Optimize `escape_ascii` using a lookup table
Based upon my suggestion here: https://github.com/rust-lang/rust/pull/125340#issuecomment-2130441817
Effectively, we can take advantage of the fact that ASCII only needs 7 bits to make the eighth bit store whether the value should be escaped or not. This adds a 256-byte lookup table, but 256 bytes *should* be small enough that very few people will mind, according to my probably not incontrovertible opinion.

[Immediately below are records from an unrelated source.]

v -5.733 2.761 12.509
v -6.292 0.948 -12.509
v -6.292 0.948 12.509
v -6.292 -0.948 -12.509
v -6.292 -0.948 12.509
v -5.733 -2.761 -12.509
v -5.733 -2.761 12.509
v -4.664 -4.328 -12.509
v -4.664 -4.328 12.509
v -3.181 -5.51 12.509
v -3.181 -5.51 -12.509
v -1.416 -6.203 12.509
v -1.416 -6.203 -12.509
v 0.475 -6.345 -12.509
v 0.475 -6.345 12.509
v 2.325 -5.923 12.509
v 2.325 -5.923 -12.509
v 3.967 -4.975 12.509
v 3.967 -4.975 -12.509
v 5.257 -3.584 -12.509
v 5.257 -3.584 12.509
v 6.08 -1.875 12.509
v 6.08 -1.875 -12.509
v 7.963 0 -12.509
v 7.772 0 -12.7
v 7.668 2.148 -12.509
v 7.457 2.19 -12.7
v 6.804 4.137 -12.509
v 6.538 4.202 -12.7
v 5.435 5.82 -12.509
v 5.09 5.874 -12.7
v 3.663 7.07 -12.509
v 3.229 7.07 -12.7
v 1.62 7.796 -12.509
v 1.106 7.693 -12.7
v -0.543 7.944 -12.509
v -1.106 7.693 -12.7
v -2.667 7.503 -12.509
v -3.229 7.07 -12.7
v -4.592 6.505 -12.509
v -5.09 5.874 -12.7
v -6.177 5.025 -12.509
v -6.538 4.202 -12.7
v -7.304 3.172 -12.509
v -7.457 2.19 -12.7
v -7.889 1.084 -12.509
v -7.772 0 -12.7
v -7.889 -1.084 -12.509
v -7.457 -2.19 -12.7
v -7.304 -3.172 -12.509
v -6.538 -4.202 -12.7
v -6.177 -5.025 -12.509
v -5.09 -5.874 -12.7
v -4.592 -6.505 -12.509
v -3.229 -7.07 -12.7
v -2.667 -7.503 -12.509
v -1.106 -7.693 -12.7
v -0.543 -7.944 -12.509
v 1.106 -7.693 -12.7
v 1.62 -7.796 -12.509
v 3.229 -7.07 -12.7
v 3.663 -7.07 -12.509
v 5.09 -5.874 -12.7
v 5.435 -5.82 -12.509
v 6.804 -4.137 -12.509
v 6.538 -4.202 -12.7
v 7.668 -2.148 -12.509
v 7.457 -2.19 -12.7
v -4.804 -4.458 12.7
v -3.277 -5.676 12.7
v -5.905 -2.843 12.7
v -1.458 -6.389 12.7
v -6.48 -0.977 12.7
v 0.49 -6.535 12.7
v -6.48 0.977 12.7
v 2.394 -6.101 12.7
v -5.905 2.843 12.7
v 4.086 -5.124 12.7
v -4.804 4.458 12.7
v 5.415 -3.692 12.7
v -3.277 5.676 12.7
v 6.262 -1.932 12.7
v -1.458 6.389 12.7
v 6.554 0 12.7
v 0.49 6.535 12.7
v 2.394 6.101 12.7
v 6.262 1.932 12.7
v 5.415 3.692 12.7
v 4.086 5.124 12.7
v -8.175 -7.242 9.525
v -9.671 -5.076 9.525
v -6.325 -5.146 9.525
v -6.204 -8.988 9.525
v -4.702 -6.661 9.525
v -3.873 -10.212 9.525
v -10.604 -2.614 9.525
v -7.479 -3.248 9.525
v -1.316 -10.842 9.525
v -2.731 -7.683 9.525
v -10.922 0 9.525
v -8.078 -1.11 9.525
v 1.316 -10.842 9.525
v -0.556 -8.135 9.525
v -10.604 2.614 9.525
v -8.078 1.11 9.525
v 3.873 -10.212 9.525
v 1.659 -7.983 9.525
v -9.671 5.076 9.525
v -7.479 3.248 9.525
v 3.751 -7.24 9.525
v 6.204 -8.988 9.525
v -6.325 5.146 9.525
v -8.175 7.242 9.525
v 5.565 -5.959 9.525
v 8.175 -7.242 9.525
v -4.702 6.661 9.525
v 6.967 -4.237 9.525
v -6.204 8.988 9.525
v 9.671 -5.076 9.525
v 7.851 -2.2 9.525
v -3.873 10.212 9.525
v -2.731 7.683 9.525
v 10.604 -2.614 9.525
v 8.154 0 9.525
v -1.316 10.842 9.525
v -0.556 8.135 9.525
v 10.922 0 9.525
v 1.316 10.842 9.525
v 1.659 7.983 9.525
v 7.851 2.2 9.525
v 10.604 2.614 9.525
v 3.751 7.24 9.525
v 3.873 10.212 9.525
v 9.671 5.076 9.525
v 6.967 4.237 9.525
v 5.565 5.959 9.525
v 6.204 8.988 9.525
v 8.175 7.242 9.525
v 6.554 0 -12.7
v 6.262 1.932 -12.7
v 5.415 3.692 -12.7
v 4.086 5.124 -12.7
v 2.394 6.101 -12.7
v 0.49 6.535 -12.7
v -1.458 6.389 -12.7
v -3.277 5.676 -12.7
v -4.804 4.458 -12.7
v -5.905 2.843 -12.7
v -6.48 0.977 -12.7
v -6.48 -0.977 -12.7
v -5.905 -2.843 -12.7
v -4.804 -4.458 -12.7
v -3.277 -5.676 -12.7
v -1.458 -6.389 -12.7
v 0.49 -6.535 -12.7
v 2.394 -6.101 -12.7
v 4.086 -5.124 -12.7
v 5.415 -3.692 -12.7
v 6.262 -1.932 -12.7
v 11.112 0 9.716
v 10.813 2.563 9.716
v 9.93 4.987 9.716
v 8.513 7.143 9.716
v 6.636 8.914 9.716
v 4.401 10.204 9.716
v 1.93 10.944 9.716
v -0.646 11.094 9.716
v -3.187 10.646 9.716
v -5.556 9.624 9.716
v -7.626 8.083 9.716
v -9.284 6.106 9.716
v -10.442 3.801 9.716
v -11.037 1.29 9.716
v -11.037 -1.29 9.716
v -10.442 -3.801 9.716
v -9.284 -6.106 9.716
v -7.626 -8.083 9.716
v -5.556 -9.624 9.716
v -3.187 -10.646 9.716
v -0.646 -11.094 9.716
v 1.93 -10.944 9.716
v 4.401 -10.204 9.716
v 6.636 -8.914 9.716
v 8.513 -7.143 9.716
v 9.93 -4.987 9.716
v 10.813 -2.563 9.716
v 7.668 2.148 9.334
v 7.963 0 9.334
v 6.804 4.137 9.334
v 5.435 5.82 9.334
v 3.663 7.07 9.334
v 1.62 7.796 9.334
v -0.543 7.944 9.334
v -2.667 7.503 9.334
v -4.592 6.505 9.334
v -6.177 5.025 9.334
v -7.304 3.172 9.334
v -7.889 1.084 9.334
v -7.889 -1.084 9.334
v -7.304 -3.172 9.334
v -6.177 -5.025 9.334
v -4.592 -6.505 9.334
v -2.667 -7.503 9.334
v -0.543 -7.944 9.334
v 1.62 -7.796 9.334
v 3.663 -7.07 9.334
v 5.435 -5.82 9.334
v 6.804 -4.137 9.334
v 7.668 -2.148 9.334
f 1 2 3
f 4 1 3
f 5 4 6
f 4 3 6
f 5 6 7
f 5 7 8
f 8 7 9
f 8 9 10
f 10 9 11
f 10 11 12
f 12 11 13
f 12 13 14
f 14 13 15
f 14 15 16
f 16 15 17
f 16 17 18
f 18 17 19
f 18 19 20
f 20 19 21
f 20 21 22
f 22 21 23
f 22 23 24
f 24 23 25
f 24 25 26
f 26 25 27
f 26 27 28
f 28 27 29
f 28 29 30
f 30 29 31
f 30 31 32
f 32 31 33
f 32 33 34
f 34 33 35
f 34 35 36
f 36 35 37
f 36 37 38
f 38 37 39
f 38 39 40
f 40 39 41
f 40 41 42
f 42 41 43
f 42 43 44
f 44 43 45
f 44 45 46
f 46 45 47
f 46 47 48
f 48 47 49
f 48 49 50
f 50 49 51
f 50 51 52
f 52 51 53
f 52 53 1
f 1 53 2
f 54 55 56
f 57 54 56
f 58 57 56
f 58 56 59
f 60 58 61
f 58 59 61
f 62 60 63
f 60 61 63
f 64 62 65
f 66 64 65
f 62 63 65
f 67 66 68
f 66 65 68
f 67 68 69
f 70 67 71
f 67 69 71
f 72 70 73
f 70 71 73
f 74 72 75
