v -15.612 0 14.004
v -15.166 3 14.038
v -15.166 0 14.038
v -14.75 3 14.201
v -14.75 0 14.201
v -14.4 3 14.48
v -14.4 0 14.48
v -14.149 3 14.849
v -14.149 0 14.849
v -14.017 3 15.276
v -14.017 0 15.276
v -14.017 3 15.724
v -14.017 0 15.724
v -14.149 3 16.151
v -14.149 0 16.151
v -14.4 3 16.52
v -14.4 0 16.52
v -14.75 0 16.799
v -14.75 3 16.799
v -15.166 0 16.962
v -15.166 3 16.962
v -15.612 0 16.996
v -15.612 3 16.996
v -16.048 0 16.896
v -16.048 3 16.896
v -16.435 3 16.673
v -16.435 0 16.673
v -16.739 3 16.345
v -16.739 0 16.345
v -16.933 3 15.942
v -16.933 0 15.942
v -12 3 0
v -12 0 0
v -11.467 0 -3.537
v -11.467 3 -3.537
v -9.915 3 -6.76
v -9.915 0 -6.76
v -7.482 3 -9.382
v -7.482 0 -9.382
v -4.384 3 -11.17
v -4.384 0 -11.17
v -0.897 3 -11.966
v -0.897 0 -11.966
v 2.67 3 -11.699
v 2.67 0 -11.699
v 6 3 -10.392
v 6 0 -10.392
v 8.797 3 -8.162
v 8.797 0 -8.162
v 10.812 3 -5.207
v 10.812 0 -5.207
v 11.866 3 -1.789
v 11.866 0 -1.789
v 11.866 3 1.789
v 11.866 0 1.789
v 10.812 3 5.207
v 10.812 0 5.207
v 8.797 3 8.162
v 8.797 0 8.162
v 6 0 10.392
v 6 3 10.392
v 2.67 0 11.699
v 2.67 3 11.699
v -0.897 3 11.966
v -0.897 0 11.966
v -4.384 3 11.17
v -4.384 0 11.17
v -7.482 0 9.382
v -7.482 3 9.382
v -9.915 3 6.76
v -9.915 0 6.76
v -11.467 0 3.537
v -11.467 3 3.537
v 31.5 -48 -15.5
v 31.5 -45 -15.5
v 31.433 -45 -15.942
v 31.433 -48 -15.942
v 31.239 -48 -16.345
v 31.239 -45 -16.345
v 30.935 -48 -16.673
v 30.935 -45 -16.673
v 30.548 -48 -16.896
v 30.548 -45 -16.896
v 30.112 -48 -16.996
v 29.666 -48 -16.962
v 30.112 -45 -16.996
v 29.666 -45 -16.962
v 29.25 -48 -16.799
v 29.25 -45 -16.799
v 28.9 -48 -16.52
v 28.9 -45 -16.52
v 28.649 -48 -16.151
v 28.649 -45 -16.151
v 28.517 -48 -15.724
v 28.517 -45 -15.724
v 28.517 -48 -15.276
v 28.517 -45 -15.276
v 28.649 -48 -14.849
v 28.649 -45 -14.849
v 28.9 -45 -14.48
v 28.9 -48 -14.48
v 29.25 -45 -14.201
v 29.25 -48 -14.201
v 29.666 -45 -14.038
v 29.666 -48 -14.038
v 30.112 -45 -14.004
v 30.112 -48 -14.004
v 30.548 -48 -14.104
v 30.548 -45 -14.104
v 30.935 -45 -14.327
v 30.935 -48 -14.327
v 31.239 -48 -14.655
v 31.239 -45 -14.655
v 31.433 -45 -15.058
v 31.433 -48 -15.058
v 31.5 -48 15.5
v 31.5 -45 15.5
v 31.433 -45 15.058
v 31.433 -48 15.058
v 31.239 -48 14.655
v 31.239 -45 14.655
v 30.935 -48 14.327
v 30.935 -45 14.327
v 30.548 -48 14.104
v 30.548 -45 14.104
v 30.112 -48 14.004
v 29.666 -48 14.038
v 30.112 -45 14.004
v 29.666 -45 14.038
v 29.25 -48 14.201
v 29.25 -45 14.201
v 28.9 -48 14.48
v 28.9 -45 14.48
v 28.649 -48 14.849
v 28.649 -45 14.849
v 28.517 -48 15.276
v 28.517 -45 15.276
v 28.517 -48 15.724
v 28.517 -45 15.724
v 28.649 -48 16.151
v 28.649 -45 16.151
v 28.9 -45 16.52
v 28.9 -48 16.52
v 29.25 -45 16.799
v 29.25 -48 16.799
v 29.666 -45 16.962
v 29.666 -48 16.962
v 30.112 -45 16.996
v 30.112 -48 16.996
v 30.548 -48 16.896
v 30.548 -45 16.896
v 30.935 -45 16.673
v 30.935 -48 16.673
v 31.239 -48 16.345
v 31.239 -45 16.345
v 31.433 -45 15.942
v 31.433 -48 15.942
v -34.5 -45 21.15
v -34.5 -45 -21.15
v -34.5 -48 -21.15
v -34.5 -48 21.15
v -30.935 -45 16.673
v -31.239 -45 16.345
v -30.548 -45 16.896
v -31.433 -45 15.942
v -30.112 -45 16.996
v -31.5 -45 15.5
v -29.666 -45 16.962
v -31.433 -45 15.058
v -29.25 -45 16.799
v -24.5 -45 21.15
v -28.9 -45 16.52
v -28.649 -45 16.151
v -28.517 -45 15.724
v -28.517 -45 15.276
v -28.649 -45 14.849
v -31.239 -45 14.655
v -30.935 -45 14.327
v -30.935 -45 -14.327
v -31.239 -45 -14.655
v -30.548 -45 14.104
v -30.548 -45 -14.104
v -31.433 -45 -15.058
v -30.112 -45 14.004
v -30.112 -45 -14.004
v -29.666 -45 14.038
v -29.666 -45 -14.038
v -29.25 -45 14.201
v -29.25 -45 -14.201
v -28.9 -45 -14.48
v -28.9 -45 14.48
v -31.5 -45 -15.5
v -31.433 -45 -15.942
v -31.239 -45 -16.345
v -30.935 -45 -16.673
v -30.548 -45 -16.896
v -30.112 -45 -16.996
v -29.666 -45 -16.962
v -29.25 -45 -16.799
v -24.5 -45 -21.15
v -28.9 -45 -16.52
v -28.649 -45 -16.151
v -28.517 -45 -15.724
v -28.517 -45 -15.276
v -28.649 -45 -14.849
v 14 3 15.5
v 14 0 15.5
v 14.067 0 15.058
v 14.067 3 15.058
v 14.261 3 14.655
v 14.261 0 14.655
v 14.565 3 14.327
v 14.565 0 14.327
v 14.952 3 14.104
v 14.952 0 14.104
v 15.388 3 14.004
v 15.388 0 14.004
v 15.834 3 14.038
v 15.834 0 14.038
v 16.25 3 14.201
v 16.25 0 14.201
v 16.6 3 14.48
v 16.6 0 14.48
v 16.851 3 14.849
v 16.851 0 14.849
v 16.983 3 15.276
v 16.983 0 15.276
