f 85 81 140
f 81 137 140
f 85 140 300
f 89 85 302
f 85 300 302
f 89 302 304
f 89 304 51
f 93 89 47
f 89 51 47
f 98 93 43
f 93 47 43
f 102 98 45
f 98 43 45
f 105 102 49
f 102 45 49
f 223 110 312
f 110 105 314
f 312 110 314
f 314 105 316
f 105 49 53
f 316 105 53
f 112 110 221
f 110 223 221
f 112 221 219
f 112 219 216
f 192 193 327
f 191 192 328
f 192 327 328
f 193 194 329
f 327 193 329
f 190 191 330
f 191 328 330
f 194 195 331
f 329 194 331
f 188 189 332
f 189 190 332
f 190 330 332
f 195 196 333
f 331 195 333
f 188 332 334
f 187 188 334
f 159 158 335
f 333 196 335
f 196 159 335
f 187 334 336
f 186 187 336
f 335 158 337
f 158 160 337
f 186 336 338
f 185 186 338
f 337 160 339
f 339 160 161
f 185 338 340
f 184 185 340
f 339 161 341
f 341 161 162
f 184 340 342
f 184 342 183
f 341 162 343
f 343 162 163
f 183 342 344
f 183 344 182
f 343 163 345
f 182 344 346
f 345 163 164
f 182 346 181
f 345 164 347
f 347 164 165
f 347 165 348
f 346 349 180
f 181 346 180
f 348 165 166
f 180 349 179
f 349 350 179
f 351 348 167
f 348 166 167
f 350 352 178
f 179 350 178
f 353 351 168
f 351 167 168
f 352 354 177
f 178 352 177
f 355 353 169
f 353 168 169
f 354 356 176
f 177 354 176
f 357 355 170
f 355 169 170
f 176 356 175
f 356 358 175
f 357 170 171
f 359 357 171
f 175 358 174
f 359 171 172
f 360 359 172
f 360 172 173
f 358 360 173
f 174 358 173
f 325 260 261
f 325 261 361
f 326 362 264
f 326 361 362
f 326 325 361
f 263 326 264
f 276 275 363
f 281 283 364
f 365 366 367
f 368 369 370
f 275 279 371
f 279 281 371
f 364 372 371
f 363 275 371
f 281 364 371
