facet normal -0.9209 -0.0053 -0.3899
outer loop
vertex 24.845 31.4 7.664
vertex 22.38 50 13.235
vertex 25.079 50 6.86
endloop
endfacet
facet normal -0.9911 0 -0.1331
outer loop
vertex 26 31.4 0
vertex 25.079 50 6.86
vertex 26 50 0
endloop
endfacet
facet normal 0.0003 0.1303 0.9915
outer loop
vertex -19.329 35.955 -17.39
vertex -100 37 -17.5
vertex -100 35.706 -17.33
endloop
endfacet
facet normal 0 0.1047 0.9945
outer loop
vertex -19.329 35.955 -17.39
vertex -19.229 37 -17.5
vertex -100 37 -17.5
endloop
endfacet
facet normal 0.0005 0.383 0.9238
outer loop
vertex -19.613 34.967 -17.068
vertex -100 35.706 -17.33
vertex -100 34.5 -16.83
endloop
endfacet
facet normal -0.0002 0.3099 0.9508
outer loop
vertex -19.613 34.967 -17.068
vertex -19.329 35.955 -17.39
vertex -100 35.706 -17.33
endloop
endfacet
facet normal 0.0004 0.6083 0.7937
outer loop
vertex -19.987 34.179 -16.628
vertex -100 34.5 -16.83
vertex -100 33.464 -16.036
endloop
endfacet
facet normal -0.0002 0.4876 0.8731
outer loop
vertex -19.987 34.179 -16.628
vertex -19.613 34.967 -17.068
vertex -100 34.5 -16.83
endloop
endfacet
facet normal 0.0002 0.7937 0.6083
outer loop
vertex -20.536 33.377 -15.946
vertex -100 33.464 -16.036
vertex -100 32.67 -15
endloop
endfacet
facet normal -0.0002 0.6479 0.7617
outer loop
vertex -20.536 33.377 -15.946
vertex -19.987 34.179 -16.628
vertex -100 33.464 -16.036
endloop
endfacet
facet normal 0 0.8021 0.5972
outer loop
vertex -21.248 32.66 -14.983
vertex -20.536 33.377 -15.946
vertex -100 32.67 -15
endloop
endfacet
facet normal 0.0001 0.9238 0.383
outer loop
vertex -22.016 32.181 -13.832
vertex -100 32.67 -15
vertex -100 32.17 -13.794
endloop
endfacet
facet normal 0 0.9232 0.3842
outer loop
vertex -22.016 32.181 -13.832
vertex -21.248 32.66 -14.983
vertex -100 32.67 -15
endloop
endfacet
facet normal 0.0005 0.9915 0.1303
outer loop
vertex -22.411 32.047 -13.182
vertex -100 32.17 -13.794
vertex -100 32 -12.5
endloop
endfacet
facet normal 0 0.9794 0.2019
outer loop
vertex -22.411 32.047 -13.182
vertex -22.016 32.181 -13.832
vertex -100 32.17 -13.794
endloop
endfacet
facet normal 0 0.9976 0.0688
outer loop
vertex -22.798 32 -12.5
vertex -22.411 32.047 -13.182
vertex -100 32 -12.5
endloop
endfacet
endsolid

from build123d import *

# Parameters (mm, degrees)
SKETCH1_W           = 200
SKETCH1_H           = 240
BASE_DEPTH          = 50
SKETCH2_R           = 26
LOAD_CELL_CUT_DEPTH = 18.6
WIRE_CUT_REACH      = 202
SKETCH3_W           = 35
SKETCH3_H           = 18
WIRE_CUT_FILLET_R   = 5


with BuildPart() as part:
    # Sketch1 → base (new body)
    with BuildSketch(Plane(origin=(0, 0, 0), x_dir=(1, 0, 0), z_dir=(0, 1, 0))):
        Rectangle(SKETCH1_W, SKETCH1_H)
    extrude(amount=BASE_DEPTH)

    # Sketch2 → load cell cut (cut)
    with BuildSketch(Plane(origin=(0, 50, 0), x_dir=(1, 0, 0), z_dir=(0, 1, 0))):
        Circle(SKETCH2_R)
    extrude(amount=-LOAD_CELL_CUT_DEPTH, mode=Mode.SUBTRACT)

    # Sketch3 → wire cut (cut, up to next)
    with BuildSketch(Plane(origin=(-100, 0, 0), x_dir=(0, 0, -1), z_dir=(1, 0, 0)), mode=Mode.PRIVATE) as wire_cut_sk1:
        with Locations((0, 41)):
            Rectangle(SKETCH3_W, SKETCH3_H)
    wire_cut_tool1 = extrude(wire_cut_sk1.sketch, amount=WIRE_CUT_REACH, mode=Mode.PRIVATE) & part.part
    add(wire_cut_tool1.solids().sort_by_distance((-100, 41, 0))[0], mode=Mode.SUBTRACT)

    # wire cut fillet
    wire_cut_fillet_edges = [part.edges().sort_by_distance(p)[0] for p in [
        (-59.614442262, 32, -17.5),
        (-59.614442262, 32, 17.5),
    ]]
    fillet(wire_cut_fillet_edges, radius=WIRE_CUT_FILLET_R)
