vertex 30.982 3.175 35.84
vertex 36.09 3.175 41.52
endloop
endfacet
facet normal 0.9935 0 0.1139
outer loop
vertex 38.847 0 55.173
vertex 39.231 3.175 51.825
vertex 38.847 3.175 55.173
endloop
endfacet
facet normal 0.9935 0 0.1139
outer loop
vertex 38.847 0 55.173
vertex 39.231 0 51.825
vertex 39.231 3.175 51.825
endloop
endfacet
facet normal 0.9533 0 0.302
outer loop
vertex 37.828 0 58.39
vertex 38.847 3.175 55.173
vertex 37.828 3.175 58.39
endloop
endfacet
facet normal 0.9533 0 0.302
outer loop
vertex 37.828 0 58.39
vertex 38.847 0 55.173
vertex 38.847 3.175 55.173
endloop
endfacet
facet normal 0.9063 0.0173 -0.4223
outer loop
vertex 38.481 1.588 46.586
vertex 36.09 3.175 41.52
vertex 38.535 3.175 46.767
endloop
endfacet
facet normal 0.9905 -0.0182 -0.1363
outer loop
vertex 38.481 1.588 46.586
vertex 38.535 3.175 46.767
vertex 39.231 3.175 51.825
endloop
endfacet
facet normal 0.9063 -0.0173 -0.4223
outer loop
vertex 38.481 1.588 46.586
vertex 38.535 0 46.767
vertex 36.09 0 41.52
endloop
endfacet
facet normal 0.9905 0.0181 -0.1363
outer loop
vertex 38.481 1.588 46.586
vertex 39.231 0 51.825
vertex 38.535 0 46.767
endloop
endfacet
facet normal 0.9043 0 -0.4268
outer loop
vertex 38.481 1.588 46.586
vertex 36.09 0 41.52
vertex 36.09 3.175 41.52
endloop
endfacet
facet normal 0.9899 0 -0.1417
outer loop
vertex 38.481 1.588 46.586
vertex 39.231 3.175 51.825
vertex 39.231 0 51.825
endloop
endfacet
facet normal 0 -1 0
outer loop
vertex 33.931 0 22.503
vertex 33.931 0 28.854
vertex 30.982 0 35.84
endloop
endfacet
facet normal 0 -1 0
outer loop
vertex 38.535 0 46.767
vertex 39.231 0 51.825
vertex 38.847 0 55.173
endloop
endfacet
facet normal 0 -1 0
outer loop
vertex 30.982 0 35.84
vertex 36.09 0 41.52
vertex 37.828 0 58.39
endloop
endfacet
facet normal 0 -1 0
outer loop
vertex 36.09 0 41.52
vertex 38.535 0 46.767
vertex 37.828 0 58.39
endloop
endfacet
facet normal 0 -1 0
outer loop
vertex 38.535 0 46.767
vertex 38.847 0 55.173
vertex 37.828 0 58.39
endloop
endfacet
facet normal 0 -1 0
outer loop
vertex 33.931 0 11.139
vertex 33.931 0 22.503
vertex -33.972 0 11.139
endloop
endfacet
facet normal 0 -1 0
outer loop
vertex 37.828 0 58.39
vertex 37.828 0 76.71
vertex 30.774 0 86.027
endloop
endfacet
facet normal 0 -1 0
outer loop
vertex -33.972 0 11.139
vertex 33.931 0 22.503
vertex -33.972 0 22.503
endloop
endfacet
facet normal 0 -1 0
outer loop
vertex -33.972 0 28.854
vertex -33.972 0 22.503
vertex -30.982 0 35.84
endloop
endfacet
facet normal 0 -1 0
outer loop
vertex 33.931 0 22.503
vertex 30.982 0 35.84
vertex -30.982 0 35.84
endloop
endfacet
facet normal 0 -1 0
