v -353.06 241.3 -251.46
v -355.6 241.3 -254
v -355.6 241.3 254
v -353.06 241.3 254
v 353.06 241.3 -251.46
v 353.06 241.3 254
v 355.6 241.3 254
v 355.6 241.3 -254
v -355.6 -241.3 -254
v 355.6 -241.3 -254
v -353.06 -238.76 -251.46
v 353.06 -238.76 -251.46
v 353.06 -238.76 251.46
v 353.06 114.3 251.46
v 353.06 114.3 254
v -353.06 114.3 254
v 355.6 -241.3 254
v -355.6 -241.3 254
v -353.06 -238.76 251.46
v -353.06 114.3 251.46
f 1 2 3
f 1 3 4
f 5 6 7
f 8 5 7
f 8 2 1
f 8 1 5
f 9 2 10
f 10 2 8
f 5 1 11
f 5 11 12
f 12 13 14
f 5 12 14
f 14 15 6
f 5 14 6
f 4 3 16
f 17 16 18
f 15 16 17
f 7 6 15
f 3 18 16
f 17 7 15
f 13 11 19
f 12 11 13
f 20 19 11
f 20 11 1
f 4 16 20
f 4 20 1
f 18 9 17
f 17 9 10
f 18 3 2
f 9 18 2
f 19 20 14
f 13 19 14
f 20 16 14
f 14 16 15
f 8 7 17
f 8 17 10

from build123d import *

# Parameters (mm, degrees)
SKETCH1_W           = 711.2
SKETCH1_H           = 508
BOSS_EXTRUDE1_DEPTH = 241.3
SHELL1_T            = -2.54
CUT_EXTRUDE1_REACH  = 510
SKETCH2_W           = 706.12
SKETCH2_H           = 127


with BuildPart() as part:
    # Sketch1 → Boss-Extrude1 (new body, symmetric)
    with BuildSketch(Plane(origin=(0, 0, 0), x_dir=(1, 0, 0), z_dir=(0, 1, 0))):
        Rectangle(SKETCH1_W, SKETCH1_H)
    extrude(amount=BOSS_EXTRUDE1_DEPTH, both=True)

    # Shell1
    shell1_openings = [part.faces().sort_by_distance(p)[0] for p in [
        (0, 241.3, 0),
    ]]
    offset(amount=SHELL1_T, openings=shell1_openings, kind=Kind.INTERSECTION)

    # Sketch2 → Cut-Extrude1 (cut, up to next)
    with BuildSketch(Plane.XY.offset(254), mode=Mode.PRIVATE) as cut_extrude1_sk1:
        with Locations((0, 177.8)):
            Rectangle(SKETCH2_W, SKETCH2_H)
    cut_extrude1_tool1 = extrude(cut_extrude1_sk1.sketch, amount=-CUT_EXTRUDE1_REACH, mode=Mode.PRIVATE) & part.part
    add(cut_extrude1_tool1.solids().sort_by_distance((0, 177.8, 254))[0], mode=Mode.SUBTRACT)


solid = part.part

The generated assembly isn't clearly better (although has fewer branches), so, I decided to benchmark on three inputs: first on a random 200KiB, then on `/bin/cat`, then on `Cargo.toml` for this repo. In all cases, the generated code ran faster on my machine. (an old i7-8700)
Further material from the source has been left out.